*** Exercise material Section Begins ***
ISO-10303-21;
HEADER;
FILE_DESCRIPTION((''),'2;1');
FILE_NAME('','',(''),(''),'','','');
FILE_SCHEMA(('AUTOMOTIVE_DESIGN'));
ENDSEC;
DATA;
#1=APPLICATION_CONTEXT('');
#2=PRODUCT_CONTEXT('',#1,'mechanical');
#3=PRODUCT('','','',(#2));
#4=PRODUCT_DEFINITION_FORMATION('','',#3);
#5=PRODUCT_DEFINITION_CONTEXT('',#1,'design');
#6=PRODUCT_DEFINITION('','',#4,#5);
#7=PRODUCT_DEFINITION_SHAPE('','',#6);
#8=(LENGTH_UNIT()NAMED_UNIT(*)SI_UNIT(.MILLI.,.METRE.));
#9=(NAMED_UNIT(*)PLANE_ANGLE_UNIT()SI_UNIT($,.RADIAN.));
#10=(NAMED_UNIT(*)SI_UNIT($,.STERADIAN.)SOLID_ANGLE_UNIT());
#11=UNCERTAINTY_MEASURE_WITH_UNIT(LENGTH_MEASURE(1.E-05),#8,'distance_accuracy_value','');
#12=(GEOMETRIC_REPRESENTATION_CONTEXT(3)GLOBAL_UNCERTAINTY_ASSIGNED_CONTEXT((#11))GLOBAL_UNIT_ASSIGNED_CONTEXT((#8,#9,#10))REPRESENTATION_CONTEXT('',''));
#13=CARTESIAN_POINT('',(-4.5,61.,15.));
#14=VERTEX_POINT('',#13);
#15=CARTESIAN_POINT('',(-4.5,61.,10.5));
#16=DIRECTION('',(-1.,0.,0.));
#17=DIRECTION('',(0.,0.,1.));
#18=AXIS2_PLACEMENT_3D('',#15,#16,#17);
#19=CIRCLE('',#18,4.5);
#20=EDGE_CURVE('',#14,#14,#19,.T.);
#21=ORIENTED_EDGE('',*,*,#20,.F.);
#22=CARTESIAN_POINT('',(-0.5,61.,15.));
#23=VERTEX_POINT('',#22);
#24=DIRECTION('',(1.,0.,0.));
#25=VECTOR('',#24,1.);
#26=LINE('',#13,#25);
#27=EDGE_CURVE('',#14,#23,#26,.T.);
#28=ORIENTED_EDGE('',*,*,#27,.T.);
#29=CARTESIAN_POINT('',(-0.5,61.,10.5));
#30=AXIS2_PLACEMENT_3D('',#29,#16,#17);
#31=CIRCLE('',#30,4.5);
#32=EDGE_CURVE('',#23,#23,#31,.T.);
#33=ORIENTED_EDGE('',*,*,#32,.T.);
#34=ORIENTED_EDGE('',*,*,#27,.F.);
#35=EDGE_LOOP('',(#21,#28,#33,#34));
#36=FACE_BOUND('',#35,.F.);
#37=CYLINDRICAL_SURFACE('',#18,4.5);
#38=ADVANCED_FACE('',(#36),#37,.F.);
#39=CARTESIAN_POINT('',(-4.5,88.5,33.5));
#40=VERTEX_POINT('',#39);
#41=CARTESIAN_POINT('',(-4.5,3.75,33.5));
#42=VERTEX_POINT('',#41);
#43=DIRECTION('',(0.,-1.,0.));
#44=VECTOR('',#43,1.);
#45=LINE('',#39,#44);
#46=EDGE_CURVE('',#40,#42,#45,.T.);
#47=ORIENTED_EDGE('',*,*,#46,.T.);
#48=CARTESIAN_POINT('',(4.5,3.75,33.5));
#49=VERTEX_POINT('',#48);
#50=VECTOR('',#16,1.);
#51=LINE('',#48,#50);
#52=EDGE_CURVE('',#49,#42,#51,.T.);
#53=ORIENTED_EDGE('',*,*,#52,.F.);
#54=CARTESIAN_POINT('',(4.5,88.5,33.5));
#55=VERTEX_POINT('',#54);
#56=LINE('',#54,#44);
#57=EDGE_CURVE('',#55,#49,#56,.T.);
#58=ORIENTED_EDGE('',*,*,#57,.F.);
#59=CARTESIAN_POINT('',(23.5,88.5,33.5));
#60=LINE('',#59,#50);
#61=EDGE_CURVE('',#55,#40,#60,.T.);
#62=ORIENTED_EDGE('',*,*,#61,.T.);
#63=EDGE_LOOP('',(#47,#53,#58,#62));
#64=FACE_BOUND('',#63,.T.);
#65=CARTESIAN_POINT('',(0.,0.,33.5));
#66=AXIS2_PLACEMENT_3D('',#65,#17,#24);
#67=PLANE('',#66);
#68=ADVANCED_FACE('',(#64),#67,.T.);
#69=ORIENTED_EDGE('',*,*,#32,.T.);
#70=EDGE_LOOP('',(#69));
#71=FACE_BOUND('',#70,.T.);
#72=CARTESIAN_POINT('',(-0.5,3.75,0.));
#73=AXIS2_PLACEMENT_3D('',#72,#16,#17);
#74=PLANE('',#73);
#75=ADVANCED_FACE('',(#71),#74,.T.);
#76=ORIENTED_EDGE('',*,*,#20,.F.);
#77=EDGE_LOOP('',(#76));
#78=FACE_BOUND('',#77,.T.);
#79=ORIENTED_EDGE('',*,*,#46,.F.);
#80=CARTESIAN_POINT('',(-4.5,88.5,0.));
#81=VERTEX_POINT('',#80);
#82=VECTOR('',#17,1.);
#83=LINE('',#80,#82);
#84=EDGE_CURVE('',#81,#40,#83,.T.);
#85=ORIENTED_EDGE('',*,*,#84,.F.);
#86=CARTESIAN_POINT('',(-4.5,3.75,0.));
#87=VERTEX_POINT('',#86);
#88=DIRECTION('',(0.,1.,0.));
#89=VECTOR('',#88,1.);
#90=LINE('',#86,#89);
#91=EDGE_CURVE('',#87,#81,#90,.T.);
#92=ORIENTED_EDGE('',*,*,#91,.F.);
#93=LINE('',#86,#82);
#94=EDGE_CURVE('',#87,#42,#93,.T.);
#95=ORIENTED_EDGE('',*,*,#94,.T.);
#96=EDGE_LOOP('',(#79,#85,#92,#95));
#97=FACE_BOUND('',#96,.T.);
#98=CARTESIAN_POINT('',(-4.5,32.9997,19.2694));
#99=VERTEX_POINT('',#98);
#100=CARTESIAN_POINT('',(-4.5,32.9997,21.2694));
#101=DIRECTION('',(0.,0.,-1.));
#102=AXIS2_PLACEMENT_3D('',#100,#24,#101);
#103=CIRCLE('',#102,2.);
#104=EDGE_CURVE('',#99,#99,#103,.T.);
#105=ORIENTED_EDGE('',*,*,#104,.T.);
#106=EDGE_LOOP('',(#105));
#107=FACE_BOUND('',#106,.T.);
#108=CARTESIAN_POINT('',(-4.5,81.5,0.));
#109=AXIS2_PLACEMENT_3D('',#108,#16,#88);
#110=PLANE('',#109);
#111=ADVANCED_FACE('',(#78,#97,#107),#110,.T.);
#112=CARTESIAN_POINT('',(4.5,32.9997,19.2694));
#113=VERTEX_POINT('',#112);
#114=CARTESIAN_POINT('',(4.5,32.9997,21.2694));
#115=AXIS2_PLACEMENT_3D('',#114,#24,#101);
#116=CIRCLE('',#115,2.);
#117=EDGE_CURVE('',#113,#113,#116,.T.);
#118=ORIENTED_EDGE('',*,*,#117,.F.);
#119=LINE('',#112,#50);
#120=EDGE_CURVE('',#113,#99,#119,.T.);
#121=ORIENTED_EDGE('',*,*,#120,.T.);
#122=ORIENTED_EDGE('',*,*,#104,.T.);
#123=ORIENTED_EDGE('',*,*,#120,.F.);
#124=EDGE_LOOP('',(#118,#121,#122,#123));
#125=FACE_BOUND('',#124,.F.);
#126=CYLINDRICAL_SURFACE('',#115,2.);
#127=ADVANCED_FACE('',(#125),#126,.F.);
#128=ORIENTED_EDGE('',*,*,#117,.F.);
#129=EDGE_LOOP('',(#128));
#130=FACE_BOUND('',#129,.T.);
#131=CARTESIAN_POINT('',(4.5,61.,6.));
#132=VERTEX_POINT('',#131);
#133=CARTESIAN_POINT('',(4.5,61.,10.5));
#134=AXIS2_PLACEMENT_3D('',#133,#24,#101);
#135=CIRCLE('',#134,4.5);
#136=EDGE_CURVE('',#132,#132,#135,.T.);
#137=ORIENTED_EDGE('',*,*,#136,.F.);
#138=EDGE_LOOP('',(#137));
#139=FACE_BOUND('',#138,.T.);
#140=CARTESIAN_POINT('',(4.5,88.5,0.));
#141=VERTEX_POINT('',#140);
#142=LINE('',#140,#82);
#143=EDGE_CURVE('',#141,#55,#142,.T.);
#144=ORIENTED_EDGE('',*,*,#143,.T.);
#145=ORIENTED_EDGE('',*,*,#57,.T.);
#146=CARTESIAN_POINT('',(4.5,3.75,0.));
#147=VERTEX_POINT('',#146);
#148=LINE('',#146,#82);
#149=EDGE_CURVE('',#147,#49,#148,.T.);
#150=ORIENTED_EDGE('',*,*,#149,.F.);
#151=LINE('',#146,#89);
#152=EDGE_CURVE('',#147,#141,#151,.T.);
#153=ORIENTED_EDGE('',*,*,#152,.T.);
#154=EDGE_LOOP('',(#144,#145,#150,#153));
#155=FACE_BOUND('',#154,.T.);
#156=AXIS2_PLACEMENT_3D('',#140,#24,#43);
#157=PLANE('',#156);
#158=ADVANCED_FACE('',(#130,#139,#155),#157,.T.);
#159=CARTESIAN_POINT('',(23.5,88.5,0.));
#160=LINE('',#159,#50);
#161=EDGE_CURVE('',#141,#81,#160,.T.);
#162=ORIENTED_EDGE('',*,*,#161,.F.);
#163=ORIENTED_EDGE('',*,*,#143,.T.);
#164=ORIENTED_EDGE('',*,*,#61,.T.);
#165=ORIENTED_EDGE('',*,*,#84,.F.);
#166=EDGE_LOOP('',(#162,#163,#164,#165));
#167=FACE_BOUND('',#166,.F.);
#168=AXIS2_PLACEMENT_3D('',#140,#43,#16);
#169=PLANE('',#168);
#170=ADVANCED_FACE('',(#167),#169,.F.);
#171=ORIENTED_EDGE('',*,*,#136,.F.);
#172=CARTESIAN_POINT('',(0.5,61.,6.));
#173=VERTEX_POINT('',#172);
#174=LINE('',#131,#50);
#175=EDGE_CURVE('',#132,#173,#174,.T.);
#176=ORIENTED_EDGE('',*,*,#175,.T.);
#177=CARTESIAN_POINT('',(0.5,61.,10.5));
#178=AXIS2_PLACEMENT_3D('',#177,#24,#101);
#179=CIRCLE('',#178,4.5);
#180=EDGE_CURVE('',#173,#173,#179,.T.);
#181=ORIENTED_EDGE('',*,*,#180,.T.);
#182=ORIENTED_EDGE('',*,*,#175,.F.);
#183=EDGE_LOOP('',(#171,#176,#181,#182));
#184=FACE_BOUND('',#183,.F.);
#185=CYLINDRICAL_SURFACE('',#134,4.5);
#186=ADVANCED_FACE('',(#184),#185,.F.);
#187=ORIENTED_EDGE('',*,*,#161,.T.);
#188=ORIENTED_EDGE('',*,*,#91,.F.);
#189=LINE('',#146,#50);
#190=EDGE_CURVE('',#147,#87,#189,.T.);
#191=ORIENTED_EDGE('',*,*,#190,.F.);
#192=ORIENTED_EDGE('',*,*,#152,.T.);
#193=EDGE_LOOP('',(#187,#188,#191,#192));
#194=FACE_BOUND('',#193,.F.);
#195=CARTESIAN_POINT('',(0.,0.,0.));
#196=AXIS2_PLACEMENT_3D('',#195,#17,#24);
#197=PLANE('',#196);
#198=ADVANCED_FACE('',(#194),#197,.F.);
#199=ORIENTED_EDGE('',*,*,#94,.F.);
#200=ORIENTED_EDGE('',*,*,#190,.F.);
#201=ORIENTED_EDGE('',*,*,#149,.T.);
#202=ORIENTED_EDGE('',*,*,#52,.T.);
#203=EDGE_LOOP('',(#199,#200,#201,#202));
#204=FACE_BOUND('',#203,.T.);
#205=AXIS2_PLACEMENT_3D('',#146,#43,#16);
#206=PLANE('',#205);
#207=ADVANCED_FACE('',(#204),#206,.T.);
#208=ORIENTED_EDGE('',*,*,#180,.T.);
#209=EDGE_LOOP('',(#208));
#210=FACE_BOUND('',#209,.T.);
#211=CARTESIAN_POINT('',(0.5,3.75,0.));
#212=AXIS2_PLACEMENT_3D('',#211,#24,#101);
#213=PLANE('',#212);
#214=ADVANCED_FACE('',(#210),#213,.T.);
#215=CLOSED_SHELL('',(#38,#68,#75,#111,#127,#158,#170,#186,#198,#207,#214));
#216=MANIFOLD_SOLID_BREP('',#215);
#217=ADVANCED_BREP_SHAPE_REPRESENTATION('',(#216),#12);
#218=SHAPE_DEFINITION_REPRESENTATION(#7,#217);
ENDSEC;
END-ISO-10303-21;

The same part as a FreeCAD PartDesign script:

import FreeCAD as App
import Part
import Sketcher


def add_polygon(sketch, points):
    """Adds a closed chain of lines whose ends are joined by coincident constraints."""
    first, n = sketch.GeometryCount, len(points)
    for a, b in zip(points, points[1:] + points[:1]):
        sketch.addGeometry(Part.LineSegment(App.Vector(*a, 0), App.Vector(*b, 0)), False)
    for i in range(n):
        sketch.addConstraint(Sketcher.Constraint("Coincident", first + i, 2, first + (i + 1) % n, 1))

doc = App.newDocument("Part")
body = doc.addObject("PartDesign::Body", "Body")

# Sketch on XY plane
sketch1 = body.newObject("Sketcher::SketchObject", "Sketch")
sketch1.AttachmentSupport = (doc.getObject("XY_Plane"), [""])
sketch1.MapMode = "FlatFace"
add_polygon(sketch1, [(4.5, 3.75), (4.5, 88.5), (-4.5, 88.5), (-4.5, 3.75)])  # lines 0-3
sketch1.addConstraint([
    Sketcher.Constraint("Vertical", 0),
    Sketcher.Constraint("Horizontal", 1),
    Sketcher.Constraint("Vertical", 2),
    Sketcher.Constraint("Horizontal", 3),
    Sketcher.Constraint("DistanceX", 1, 2, 1, 1, 9.0),
    Sketcher.Constraint("DistanceY", 0, 1, 0, 2, 84.75),
    Sketcher.Constraint("DistanceX", -1, 1, 0, 2, 4.5),
    Sketcher.Constraint("DistanceY", -1, 1, 0, 2, 88.5),
])
pad1 = body.newObject("PartDesign::Pad", "Pad")
pad1.Profile = sketch1
pad1.Length = 33.5

# Sketch on YZ plane
sketch2 = body.newObject("Sketcher::SketchObject", "Sketch001")
sketch2.AttachmentSupport = (doc.getObject("YZ_Plane"), [""])
sketch2.MapMode = "FlatFace"
sketch2.AttachmentOffset = App.Placement(App.Vector(0, 0, 4.5), App.Rotation())
sketch2.addGeometry(Part.Circle(App.Vector(32.9997, 21.2694, 0), App.Vector(0, 0, 1), 2), False)
sketch2.addConstraint([
    Sketcher.Constraint("Diameter", 0, 4.0),
    Sketcher.Constraint("DistanceX", -1, 1, 0, 3, 32.9997),
    Sketcher.Constraint("DistanceY", -1, 1, 0, 3, 21.2694),
])
pocket1 = body.newObject("PartDesign::Pocket", "Pocket")
pocket1.Profile = sketch2
pocket1.Length = 10

# Sketch on YZ plane
sketch3 = body.newObject("Sketcher::SketchObject", "Sketch002")
sketch3.AttachmentSupport = (doc.getObject("YZ_Plane"), [""])
sketch3.MapMode = "FlatFace"
sketch3.AttachmentOffset = App.Placement(App.Vector(0, 0, 4.5), App.Rotation())
sketch3.addGeometry(Part.Circle(App.Vector(61, 10.5, 0), App.Vector(0, 0, 1), 4.5), False)
sketch3.addConstraint([
    Sketcher.Constraint("Diameter", 0, 9.0),
    Sketcher.Constraint("DistanceX", -1, 1, 0, 3, 61.0),
    Sketcher.Constraint("DistanceY", -1, 1, 0, 3, 10.5),
])
pocket2 = body.newObject("PartDesign::Pocket", "Pocket001")
pocket2.Profile = sketch3
pocket2.Length = 4

# Sketch on YZ plane
sketch4 = body.newObject("Sketcher::SketchObject", "Sketch003")
sketch4.AttachmentSupport = (doc.getObject("YZ_Plane"), [""])
sketch4.MapMode = "FlatFace"
sketch4.AttachmentOffset = App.Placement(App.Vector(0, 0, -4.5), App.Rotation())
sketch4.addGeometry(Part.Circle(App.Vector(61, 10.5, 0), App.Vector(0, 0, 1), 4.5), False)
sketch4.addConstraint([
    Sketcher.Constraint("Diameter", 0, 9.0),
    Sketcher.Constraint("DistanceX", -1, 1, 0, 3, 61.0),
    Sketcher.Constraint("DistanceY", -1, 1, 0, 3, 10.5),
])
pocket3 = body.newObject("PartDesign::Pocket", "Pocket002")
pocket3.Profile = sketch4
pocket3.Length = 4
pocket3.Reversed = True

doc.recompute()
*** Exercise material Section Ends ***
§ **How to complete this task**
Return exactly, and only, the lines above starting at the line that contains "#42=VERTEX_POINT('',#41);" and ending at the line that contains "#64=FACE_BOUND('',#63,.T.);".

§ **Exercise solution**
#42=VERTEX_POINT('',#41);
#43=DIRECTION('',(0.,-1.,0.));
#44=VECTOR('',#43,1.);
#45=LINE('',#39,#44);
#46=EDGE_CURVE('',#40,#42,#45,.T.);
#47=ORIENTED_EDGE('',*,*,#46,.T.);
#48=CARTESIAN_POINT('',(4.5,3.75,33.5));
#49=VERTEX_POINT('',#48);
#50=VECTOR('',#16,1.);
#51=LINE('',#48,#50);
#52=EDGE_CURVE('',#49,#42,#51,.T.);
#53=ORIENTED_EDGE('',*,*,#52,.F.);
#54=CARTESIAN_POINT('',(4.5,88.5,33.5));
#55=VERTEX_POINT('',#54);
#56=LINE('',#54,#44);
#57=EDGE_CURVE('',#55,#49,#56,.T.);
#58=ORIENTED_EDGE('',*,*,#57,.F.);
#59=CARTESIAN_POINT('',(23.5,88.5,33.5));
#60=LINE('',#59,#50);
#61=EDGE_CURVE('',#55,#40,#60,.T.);
#62=ORIENTED_EDGE('',*,*,#61,.T.);
#63=EDGE_LOOP('',(#47,#53,#58,#62));
#64=FACE_BOUND('',#63,.T.);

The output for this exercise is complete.